### WORK ORDER
Restate word for word the lines in the listing below, starting at the line containing "f 160 149 141" and ending at the line containing "f 148 102 154", both included; leave out the rest.

### DATA PROVIDED
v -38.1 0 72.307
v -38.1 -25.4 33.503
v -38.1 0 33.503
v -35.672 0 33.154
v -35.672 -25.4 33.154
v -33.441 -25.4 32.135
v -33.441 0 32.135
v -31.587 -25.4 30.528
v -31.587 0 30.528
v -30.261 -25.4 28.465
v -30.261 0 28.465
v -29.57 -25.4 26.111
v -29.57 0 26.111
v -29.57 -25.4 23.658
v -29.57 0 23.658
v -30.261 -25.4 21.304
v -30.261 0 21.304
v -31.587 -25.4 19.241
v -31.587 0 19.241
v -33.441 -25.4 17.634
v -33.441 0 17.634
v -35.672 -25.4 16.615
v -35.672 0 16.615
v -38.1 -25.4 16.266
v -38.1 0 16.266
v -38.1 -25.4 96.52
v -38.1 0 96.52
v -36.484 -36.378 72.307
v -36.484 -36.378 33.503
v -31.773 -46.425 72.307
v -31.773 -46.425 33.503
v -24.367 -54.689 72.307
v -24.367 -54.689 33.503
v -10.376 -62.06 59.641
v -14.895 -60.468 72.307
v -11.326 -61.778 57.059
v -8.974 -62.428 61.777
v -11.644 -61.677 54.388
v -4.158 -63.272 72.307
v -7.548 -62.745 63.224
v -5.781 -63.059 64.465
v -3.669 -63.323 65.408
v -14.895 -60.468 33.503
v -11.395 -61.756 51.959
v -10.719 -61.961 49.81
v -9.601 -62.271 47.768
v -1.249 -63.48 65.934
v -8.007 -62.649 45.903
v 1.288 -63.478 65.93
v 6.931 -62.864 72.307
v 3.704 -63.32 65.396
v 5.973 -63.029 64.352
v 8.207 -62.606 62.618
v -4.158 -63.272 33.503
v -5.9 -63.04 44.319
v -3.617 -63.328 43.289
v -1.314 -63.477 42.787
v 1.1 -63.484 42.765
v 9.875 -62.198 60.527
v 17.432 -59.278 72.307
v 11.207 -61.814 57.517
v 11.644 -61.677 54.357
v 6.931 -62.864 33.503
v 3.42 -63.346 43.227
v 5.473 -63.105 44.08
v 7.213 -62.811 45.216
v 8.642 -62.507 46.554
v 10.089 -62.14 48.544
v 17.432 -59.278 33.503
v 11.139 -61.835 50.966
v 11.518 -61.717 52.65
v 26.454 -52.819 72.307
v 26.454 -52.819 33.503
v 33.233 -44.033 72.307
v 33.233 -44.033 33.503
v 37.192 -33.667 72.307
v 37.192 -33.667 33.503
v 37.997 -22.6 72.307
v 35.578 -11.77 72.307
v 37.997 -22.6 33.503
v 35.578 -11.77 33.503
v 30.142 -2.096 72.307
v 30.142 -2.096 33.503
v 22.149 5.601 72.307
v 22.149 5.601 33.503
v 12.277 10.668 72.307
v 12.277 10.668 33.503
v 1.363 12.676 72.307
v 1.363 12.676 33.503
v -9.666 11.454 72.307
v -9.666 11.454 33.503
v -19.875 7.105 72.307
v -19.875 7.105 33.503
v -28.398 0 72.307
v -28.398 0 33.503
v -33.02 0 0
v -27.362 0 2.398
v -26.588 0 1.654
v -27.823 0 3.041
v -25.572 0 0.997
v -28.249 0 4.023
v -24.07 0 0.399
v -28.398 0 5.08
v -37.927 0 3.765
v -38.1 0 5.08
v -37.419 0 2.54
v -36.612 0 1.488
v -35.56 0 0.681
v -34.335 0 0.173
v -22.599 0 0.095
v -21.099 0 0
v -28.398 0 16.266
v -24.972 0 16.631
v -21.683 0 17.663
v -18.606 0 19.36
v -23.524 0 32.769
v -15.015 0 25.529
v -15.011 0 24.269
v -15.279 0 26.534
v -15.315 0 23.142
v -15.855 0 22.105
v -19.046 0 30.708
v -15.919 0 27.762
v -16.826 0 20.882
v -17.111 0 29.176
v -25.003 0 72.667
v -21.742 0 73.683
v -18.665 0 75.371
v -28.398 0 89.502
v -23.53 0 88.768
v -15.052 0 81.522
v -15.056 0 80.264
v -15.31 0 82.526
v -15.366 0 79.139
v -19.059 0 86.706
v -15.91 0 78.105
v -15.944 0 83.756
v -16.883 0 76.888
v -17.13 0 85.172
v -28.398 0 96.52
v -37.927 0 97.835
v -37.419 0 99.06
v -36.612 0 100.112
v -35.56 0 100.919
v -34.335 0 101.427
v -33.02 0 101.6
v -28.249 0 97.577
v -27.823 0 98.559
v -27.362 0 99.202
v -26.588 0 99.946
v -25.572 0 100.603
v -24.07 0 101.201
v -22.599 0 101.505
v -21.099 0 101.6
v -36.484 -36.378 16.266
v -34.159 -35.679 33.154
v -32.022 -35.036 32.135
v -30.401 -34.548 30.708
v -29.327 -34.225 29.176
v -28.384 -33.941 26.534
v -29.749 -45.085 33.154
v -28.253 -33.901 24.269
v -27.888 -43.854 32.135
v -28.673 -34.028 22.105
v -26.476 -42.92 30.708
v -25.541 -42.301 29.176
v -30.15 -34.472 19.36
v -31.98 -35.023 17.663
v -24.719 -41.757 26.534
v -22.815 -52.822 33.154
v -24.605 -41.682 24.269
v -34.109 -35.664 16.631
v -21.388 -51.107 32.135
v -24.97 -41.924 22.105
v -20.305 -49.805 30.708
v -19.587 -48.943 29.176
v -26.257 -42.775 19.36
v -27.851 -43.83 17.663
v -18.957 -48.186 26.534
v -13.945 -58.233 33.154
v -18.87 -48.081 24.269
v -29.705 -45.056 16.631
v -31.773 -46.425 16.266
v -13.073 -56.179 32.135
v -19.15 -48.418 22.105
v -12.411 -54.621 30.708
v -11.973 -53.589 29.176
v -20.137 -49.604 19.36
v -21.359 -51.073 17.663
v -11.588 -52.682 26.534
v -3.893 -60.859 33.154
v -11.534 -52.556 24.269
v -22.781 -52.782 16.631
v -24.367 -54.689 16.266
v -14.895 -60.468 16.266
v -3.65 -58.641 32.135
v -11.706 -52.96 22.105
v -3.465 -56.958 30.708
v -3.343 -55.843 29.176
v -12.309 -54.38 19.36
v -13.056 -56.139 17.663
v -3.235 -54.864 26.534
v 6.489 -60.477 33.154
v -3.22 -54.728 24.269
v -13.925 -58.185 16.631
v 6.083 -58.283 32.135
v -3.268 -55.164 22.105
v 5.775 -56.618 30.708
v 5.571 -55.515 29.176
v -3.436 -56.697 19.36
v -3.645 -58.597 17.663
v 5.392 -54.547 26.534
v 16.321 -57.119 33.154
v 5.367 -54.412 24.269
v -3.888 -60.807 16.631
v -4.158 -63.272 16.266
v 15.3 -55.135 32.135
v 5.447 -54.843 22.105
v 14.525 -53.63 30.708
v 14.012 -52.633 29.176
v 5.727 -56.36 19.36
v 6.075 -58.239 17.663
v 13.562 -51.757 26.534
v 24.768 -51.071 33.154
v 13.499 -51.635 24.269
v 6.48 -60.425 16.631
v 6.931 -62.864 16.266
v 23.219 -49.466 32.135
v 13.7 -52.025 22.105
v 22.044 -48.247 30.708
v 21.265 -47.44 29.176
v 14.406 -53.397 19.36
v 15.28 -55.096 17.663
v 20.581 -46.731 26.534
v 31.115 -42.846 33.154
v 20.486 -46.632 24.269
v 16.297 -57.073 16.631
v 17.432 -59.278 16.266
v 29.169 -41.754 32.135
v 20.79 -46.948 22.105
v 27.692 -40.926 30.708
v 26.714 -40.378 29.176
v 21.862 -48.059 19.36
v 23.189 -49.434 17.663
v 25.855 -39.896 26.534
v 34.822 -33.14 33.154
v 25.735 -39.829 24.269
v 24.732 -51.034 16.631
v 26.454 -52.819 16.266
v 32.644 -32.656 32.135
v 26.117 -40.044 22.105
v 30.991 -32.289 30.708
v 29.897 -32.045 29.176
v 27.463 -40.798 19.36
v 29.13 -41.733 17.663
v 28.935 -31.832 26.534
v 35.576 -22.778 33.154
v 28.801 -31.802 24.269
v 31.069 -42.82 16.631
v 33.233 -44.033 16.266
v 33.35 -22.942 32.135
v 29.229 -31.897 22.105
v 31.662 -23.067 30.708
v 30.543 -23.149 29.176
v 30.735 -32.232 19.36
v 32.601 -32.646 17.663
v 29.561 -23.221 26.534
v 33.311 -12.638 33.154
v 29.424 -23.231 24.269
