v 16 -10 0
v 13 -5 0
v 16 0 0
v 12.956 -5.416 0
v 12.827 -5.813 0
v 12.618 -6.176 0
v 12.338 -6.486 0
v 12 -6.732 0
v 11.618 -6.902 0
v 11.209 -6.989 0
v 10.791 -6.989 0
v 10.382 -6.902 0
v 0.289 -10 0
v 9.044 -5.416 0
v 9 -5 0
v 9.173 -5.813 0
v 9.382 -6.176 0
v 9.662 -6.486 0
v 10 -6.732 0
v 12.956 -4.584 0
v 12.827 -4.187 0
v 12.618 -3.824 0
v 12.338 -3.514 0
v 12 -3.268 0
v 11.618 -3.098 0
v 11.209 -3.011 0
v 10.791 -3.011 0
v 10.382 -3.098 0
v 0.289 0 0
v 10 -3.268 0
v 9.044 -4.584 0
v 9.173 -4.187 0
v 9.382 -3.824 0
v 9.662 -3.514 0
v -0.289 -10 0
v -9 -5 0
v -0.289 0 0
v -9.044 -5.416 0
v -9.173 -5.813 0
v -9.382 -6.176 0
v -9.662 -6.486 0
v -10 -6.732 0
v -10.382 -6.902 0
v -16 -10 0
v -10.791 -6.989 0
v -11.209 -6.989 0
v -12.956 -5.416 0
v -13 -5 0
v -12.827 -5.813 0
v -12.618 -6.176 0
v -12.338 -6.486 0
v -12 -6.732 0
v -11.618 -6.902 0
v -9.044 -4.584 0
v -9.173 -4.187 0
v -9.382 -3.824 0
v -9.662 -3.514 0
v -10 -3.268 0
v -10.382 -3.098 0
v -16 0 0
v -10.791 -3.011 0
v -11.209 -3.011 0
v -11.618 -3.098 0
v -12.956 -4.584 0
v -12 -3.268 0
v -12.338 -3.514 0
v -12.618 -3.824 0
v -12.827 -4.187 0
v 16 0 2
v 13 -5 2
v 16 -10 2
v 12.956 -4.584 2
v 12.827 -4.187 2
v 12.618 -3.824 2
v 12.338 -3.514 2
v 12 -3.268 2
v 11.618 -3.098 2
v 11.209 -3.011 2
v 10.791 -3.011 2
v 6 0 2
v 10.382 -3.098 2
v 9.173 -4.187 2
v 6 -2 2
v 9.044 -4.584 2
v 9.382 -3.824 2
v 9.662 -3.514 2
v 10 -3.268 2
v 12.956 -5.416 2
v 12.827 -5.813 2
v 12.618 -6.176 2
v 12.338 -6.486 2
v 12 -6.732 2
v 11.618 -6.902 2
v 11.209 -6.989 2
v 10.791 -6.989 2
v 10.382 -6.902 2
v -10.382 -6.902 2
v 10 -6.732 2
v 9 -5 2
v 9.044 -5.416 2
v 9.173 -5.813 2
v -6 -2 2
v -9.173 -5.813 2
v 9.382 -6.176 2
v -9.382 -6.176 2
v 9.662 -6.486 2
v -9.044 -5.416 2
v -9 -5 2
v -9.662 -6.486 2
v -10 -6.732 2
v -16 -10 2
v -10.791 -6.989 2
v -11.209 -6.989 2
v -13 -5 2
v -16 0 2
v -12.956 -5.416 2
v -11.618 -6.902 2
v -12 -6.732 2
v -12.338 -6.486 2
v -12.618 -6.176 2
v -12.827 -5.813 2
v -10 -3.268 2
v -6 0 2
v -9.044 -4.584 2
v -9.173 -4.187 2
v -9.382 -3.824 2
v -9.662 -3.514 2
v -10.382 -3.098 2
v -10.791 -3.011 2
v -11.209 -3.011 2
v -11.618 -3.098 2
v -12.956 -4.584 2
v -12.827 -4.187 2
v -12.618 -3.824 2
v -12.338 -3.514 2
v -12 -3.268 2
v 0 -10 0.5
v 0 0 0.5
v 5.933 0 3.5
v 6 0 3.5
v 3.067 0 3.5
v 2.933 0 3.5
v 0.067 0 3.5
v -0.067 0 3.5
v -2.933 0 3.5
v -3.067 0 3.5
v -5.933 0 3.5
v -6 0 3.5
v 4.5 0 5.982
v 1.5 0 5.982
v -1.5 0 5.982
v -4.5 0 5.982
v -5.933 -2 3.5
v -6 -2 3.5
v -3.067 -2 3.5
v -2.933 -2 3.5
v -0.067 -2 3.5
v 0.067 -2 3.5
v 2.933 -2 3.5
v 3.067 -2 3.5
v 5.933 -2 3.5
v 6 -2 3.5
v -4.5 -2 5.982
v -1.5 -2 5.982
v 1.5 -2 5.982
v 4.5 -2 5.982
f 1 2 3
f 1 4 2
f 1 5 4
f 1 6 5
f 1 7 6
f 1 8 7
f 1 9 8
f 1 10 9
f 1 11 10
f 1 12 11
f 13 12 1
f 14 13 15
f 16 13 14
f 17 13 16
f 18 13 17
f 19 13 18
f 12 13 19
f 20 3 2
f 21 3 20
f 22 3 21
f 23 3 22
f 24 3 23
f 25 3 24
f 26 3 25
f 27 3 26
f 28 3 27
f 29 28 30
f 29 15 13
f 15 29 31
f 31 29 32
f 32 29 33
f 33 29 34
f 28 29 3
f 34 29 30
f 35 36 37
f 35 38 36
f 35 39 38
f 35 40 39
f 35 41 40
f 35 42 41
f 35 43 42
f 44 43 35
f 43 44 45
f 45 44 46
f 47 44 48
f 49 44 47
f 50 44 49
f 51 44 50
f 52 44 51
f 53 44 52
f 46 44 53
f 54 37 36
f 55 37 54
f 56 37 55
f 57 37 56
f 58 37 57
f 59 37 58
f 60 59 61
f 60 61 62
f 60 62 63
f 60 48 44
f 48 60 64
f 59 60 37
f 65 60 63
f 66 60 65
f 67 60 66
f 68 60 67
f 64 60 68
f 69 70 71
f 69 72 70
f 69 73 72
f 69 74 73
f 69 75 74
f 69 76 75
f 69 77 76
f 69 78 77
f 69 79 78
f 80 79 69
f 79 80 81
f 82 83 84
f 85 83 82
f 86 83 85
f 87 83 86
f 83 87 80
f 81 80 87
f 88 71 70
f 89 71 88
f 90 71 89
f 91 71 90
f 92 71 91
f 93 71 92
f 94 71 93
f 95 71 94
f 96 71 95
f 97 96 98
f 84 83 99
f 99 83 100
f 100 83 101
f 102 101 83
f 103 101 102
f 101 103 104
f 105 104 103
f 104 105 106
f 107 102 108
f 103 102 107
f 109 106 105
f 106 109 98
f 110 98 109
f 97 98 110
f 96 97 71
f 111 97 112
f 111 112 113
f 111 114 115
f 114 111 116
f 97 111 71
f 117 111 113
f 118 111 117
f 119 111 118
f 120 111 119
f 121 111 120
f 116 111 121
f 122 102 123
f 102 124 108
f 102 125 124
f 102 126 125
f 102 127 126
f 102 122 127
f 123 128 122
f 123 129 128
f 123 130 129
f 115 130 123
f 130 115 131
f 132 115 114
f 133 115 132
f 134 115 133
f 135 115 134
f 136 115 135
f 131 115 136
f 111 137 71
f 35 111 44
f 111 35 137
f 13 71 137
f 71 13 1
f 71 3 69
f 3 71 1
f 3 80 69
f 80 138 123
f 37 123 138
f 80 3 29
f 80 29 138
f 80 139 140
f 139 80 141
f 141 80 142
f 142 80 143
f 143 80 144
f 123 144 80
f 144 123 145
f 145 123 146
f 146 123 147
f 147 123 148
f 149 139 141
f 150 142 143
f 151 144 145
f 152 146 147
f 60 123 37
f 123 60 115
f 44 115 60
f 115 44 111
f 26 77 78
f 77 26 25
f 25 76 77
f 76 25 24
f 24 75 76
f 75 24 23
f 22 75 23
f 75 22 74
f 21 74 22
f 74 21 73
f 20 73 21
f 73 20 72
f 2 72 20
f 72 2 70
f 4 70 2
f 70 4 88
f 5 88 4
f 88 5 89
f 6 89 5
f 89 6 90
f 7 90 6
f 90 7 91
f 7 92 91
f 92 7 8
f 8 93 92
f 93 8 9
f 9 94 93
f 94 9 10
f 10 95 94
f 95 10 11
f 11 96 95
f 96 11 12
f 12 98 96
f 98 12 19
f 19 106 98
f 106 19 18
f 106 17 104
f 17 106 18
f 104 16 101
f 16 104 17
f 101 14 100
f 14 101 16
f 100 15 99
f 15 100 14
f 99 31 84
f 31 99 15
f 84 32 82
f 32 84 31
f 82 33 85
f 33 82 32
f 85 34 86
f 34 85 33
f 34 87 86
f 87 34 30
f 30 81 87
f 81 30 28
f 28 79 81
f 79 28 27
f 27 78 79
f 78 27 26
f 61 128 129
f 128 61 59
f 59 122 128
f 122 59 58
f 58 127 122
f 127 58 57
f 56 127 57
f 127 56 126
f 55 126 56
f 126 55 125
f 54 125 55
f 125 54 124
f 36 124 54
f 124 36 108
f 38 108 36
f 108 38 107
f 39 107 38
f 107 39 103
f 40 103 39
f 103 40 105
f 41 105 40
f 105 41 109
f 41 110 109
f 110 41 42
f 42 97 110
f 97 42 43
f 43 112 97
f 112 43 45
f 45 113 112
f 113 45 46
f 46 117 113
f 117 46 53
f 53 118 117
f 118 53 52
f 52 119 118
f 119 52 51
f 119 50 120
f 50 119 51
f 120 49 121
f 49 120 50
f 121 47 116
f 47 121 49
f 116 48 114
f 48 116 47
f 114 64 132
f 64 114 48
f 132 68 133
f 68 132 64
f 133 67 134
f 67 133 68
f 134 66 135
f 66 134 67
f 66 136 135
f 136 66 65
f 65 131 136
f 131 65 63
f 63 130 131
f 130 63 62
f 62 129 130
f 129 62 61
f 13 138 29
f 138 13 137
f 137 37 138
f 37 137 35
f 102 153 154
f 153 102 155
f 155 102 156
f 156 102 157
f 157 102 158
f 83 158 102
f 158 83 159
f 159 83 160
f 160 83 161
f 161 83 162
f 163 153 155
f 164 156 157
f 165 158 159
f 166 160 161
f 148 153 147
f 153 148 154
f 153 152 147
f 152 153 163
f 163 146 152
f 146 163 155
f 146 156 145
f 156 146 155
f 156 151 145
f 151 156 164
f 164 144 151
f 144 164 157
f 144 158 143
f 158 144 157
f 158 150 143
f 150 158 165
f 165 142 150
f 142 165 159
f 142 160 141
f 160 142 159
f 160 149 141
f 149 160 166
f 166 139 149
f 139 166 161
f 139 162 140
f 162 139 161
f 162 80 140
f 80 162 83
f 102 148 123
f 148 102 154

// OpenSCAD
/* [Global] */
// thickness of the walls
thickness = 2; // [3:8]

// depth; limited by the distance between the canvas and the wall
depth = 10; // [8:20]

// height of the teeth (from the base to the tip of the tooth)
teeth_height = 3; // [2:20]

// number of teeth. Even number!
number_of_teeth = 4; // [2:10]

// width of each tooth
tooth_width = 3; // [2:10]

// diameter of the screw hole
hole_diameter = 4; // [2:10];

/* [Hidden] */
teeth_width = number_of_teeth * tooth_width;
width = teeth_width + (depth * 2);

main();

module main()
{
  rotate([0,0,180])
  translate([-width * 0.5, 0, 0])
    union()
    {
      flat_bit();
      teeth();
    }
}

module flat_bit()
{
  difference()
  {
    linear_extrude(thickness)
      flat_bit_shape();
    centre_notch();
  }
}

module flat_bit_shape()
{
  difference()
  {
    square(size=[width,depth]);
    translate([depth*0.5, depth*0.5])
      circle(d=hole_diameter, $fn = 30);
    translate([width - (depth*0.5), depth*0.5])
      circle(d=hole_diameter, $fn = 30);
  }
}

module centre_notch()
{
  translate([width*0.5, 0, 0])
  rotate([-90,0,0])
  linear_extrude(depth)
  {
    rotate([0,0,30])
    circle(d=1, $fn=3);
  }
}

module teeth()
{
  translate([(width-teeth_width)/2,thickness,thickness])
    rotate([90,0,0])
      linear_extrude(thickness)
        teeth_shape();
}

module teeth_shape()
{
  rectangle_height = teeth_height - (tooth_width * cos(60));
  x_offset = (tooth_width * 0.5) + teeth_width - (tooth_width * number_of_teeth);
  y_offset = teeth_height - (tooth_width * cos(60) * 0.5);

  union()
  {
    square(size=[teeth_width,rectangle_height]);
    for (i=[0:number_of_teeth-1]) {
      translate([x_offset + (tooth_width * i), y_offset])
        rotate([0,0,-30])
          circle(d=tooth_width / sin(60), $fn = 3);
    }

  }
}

### ANSWER SECTION
f 160 149 141
f 149 160 166
f 166 139 149
f 139 166 161
f 139 162 140
f 162 139 161
f 162 80 140
f 80 162 83
f 102 148 123
f 148 102 154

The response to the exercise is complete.